Segment Start: The input
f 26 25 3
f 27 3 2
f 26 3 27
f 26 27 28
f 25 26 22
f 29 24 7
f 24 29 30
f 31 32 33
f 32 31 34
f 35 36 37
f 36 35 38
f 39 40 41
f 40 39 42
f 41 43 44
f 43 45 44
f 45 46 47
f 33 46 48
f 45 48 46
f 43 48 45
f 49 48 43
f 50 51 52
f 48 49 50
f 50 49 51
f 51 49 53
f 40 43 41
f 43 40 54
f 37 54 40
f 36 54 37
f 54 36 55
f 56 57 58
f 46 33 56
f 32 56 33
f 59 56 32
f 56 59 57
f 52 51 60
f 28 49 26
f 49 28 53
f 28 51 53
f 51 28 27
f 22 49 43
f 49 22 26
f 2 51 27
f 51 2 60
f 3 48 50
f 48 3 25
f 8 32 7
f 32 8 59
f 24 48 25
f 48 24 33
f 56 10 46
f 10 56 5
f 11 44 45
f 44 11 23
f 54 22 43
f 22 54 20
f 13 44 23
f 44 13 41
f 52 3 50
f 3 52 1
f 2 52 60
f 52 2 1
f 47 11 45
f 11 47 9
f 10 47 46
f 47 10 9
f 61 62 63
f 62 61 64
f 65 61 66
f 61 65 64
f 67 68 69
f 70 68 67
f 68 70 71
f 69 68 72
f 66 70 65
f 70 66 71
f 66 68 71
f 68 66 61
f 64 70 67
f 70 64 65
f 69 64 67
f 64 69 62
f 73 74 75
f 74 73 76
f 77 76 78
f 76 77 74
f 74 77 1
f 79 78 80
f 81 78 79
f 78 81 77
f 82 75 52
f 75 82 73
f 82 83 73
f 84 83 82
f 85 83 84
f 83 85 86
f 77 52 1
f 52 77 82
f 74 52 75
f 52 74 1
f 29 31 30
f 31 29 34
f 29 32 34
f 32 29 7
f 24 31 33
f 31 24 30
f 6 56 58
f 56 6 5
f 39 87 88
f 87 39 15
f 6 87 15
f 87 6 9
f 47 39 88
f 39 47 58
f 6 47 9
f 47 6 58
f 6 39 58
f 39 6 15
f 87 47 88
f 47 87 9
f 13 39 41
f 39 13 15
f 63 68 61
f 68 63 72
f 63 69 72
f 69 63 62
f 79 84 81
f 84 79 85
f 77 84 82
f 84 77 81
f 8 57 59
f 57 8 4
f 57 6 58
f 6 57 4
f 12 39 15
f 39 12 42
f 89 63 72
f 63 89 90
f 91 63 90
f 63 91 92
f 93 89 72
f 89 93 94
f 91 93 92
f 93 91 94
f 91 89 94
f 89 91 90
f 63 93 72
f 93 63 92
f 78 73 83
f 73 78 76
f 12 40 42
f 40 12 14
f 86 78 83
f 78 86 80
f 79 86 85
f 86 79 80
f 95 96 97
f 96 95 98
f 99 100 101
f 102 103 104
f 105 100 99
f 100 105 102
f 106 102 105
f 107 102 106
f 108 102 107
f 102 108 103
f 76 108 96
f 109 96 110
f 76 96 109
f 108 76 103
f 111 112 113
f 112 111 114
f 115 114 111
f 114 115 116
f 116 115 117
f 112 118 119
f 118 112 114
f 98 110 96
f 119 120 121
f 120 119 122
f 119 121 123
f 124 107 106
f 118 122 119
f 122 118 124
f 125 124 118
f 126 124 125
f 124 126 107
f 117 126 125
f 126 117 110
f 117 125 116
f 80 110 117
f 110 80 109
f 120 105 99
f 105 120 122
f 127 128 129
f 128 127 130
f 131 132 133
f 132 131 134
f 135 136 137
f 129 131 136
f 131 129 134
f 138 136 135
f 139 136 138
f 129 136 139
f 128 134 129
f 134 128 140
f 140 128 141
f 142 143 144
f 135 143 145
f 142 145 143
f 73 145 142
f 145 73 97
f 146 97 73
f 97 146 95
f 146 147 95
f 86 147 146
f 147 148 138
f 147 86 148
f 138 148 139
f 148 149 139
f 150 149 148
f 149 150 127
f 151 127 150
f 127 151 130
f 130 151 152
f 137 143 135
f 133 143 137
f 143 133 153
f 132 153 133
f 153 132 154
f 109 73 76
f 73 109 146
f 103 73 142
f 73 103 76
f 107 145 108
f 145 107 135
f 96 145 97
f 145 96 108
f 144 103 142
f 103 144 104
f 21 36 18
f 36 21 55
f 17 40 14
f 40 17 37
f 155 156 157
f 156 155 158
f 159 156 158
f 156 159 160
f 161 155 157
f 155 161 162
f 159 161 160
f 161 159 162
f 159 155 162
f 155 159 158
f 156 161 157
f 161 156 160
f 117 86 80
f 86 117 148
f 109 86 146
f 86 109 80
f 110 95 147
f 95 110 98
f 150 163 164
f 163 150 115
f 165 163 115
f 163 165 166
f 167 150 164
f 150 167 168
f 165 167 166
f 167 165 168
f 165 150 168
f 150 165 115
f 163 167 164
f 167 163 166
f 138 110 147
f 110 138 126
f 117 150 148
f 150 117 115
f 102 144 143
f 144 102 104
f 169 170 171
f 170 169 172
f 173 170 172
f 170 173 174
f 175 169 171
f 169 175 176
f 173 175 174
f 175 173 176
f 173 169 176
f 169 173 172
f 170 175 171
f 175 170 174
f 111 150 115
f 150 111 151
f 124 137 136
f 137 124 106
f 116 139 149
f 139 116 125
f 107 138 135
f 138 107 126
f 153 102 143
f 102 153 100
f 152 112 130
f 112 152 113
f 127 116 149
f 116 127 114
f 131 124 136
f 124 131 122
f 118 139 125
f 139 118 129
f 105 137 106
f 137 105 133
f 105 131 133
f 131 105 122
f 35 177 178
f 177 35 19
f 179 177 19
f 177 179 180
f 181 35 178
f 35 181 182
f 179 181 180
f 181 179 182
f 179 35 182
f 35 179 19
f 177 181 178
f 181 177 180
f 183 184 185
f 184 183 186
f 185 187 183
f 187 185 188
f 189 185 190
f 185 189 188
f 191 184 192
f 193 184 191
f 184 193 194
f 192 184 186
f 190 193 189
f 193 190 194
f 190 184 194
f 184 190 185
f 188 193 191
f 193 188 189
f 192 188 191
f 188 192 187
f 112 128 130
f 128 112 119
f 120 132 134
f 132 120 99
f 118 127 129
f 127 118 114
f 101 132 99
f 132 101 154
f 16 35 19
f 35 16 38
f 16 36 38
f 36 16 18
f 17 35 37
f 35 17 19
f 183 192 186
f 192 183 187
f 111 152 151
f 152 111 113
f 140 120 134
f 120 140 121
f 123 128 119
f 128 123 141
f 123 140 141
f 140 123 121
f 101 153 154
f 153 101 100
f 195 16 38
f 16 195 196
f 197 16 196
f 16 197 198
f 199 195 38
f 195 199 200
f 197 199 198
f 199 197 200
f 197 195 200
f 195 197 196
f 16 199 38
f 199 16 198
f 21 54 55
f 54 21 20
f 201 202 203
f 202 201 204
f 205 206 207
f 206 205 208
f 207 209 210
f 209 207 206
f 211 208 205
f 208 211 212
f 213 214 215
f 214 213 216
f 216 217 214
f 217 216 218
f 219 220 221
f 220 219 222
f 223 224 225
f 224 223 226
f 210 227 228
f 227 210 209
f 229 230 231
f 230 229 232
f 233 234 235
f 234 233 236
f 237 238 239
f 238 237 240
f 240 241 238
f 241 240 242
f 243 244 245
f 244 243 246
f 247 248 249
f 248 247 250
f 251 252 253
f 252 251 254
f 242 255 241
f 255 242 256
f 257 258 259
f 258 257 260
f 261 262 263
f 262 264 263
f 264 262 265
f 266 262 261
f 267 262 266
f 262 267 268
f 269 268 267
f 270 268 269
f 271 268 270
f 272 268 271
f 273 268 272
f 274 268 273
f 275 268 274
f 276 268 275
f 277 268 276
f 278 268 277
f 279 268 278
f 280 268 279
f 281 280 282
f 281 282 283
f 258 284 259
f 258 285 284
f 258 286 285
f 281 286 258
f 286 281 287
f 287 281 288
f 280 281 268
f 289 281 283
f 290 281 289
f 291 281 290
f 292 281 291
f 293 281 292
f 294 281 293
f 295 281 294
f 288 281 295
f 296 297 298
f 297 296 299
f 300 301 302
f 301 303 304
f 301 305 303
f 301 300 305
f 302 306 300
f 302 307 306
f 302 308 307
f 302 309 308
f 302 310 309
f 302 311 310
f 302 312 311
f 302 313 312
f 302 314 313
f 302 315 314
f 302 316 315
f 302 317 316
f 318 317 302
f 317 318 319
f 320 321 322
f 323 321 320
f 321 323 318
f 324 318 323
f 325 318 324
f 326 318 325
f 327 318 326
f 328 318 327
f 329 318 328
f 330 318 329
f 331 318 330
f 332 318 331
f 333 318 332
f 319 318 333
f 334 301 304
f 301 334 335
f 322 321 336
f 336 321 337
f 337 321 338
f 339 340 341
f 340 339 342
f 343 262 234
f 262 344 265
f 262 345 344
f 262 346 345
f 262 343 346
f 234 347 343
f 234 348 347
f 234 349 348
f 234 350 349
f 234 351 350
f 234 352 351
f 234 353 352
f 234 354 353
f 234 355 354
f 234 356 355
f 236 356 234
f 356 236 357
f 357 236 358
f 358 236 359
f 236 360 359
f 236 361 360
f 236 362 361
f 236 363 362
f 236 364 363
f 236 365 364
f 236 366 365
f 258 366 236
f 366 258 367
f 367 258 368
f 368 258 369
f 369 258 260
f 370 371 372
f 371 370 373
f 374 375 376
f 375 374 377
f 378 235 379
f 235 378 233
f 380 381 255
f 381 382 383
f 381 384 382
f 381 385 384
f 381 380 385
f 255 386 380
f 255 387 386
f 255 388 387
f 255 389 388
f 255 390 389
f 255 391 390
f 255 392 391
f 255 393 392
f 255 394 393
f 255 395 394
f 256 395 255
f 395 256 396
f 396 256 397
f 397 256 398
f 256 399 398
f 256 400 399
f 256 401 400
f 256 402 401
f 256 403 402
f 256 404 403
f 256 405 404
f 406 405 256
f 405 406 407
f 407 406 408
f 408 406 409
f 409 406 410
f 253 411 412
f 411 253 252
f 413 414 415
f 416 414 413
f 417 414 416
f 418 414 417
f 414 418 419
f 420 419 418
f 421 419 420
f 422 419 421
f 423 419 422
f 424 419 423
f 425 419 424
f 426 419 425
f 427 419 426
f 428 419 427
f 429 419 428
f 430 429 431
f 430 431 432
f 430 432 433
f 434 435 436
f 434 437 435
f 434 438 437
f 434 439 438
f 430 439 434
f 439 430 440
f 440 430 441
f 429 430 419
Segment End: The input
» **Your task**
Using the data above, reproduce exactly the lines from the line that contains "f 181 177 180" through the line that contains "f 214 213 216", including both.

» **Exercise result**
f 181 177 180
f 183 184 185
f 184 183 186
f 185 187 183
f 187 185 188
f 189 185 190
f 185 189 188
f 191 184 192
f 193 184 191
f 184 193 194
f 192 184 186
f 190 193 189
f 193 190 194
f 190 184 194
f 184 190 185
f 188 193 191
f 193 188 189
f 192 188 191
f 188 192 187
f 112 128 130
f 128 112 119
f 120 132 134
f 132 120 99
f 118 127 129
f 127 118 114
f 101 132 99
f 132 101 154
f 16 35 19
f 35 16 38
f 16 36 38
f 36 16 18
f 17 35 37
f 35 17 19
f 183 192 186
f 192 183 187
f 111 152 151
f 152 111 113
f 140 120 134
f 120 140 121
f 123 128 119
f 128 123 141
f 123 140 141
f 140 123 121
f 101 153 154
f 153 101 100
f 195 16 38
f 16 195 196
f 197 16 196
f 16 197 198
f 199 195 38
f 195 199 200
f 197 199 198
f 199 197 200
f 197 195 200
f 195 197 196
f 16 199 38
f 199 16 198
f 21 54 55
f 54 21 20
f 201 202 203
f 202 201 204
f 205 206 207
f 206 205 208
f 207 209 210
f 209 207 206
f 211 208 205
f 208 211 212
f 213 214 215
f 214 213 216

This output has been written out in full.